Context Systematic reviews are critical to support future research, investigation, and development of adherence to the reporting guidelines and to identify the gaps but require intensive human synthesis.

Objective The aim is to evaluate the feasibility of an instructed large language model (LLM) to assist with human synthesis such as temporal topic search and screening by citation in systematic reviews for Brain-Heart-Interconnectome (BHI) to support reporting guidelines, such as CONSORT and SPIRIT.

Study Design and Analysis We used Lang-Chain framework to implement a Retrieval Augmented Generation (RAG) system including document loader, text-splitter, vectorizer (OpenAI Embedding to facilitate similarity), database and an instructed LLM (GPT3.5-Turbo Model) to respond to human questions automatically regarding systematic reviews given a set of pre-selected papers.

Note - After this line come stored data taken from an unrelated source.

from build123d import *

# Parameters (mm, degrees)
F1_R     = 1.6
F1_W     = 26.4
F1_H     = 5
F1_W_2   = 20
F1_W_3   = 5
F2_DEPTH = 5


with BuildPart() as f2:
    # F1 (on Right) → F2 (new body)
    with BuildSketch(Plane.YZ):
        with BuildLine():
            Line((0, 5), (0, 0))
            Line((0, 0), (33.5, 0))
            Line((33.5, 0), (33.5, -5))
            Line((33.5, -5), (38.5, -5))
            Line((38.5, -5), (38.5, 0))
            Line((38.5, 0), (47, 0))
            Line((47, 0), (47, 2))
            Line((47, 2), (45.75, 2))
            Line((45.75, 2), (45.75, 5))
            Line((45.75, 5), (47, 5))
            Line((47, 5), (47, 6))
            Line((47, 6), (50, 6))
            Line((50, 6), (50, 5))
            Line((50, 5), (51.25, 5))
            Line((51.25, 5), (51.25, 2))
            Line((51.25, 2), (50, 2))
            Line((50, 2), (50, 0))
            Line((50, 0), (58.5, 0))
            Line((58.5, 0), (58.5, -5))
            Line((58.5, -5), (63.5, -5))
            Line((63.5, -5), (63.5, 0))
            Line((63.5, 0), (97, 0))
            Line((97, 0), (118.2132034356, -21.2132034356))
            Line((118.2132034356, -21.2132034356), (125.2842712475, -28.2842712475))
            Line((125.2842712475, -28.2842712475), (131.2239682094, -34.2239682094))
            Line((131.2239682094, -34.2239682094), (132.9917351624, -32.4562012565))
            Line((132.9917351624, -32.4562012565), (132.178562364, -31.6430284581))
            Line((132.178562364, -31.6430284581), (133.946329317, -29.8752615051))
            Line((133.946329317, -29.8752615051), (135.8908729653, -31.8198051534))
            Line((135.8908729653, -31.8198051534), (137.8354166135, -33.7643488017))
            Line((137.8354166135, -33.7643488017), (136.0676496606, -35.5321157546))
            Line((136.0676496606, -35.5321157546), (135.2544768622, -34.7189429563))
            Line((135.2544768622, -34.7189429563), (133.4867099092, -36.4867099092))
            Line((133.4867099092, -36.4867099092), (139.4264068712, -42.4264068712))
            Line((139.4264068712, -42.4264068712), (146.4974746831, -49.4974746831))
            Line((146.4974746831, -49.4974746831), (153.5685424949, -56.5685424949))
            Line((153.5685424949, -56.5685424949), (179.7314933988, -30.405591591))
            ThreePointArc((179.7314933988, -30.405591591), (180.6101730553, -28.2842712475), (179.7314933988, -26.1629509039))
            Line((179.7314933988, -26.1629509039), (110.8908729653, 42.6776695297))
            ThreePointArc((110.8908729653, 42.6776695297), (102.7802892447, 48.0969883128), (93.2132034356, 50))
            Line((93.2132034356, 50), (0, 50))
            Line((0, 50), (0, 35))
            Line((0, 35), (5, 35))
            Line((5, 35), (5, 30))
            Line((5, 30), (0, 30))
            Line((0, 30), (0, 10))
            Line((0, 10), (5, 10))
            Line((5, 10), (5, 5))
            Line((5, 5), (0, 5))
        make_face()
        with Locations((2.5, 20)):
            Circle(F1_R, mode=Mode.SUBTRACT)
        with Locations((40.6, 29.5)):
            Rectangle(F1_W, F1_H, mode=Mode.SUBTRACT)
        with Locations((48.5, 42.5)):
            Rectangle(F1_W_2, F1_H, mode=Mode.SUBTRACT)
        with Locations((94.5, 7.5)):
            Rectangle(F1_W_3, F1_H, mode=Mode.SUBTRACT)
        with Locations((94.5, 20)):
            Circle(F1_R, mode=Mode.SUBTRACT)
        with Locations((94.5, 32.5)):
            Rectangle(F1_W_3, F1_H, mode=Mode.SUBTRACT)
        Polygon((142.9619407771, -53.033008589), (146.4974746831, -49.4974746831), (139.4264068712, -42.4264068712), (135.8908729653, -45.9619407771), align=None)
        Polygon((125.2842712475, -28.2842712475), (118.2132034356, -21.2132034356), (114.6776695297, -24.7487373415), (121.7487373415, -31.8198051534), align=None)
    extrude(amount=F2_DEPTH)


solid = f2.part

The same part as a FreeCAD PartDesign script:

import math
import FreeCAD as App
import Part
import Sketcher
from FreeCAD import Vector

doc = App.newDocument("Part")
body = doc.addObject("PartDesign::Body", "Body")

# Sketch on YZ plane
sketch1 = body.newObject("Sketcher::SketchObject", "Sketch")
sketch1.AttachmentSupport = (doc.getObject("YZ_Plane"), [""])
sketch1.MapMode = "FlatFace"
sketch1.addGeometry([
    Part.LineSegment(Vector(0, 5, 0), Vector(0, 0, 0)),  # 0
    Part.LineSegment(Vector(0, 0, 0), Vector(33.5, 0, 0)),  # 1
    Part.LineSegment(Vector(33.5, 0, 0), Vector(33.5, -5, 0)),  # 2
    Part.LineSegment(Vector(33.5, -5, 0), Vector(38.5, -5, 0)),  # 3
    Part.LineSegment(Vector(38.5, -5, 0), Vector(38.5, 0, 0)),  # 4
    Part.LineSegment(Vector(38.5, 0, 0), Vector(47, 0, 0)),  # 5
    Part.LineSegment(Vector(47, 0, 0), Vector(47, 2, 0)),  # 6
    Part.LineSegment(Vector(47, 2, 0), Vector(45.8, 2, 0)),  # 7
    Part.LineSegment(Vector(45.8, 2, 0), Vector(45.8, 5, 0)),  # 8
    Part.LineSegment(Vector(45.8, 5, 0), Vector(47, 5, 0)),  # 9
    Part.LineSegment(Vector(47, 5, 0), Vector(47, 6, 0)),  # 10
    Part.LineSegment(Vector(47, 6, 0), Vector(50, 6, 0)),  # 11
    Part.LineSegment(Vector(50, 6, 0), Vector(50, 5, 0)),  # 12
    Part.LineSegment(Vector(50, 5, 0), Vector(51.2, 5, 0)),  # 13
    Part.LineSegment(Vector(51.2, 5, 0), Vector(51.2, 2, 0)),  # 14
    Part.LineSegment(Vector(51.2, 2, 0), Vector(50, 2, 0)),  # 15
    Part.LineSegment(Vector(50, 2, 0), Vector(50, 0, 0)),  # 16
    Part.LineSegment(Vector(50, 0, 0), Vector(58.5, 0, 0)),  # 17
    Part.LineSegment(Vector(58.5, 0, 0), Vector(58.5, -5, 0)),  # 18
    Part.LineSegment(Vector(58.5, -5, 0), Vector(63.5, -5, 0)),  # 19
    Part.LineSegment(Vector(63.5, -5, 0), Vector(63.5, 0, 0)),  # 20
    Part.LineSegment(Vector(63.5, 0, 0), Vector(97, 0, 0)),  # 21
    Part.LineSegment(Vector(97, 0, 0), Vector(118.2, -21.2, 0)),  # 22
    Part.LineSegment(Vector(118.2, -21.2, 0), Vector(114.7, -24.7, 0)),  # 23
    Part.LineSegment(Vector(114.7, -24.7, 0), Vector(121.7, -31.8, 0)),  # 24
    Part.LineSegment(Vector(121.7, -31.8, 0), Vector(125.3, -28.3, 0)),  # 25
    Part.LineSegment(Vector(125.3, -28.3, 0), Vector(131.2, -34.2, 0)),  # 26
    Part.LineSegment(Vector(131.2, -34.2, 0), Vector(133, -32.5, 0)),  # 27
    Part.LineSegment(Vector(133, -32.5, 0), Vector(132.2, -31.6, 0)),  # 28
    Part.LineSegment(Vector(132.2, -31.6, 0), Vector(133.9, -29.9, 0)),  # 29
    Part.LineSegment(Vector(133.9, -29.9, 0), Vector(135.9, -31.8, 0)),  # 30
    Part.LineSegment(Vector(135.9, -31.8, 0), Vector(137.8, -33.8, 0)),  # 31
    Part.LineSegment(Vector(137.8, -33.8, 0), Vector(136.1, -35.5, 0)),  # 32
    Part.LineSegment(Vector(136.1, -35.5, 0), Vector(135.3, -34.7, 0)),  # 33
    Part.LineSegment(Vector(135.3, -34.7, 0), Vector(133.5, -36.5, 0)),  # 34
    Part.LineSegment(Vector(133.5, -36.5, 0), Vector(139.4, -42.4, 0)),  # 35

We then compared the answers with those generated by a general purpose LLM.

Setting or Dataset Dataset includes a set of 846 research papers in BHI that claimed to have followed relevant reporting guidelines. We compared the 2 answers to a set of 20 user questions.

Population Studied Corpus includes a variety of categories in Randomized Clinical Trails (RCT), their assessments, quality, prevalence, outcomes, bias, methods, interventions, and adherence to CONSORT.

Intervention/Instrument The instrument is an especially trained conversational system that significantly expedites the BHI systematic review development against the reporting guidelines criteria.

Outcome Measures We used a normalized combination of precision and recall (F1) index to compare and count the corresponding same terms between the two generated answers by the two LLMs.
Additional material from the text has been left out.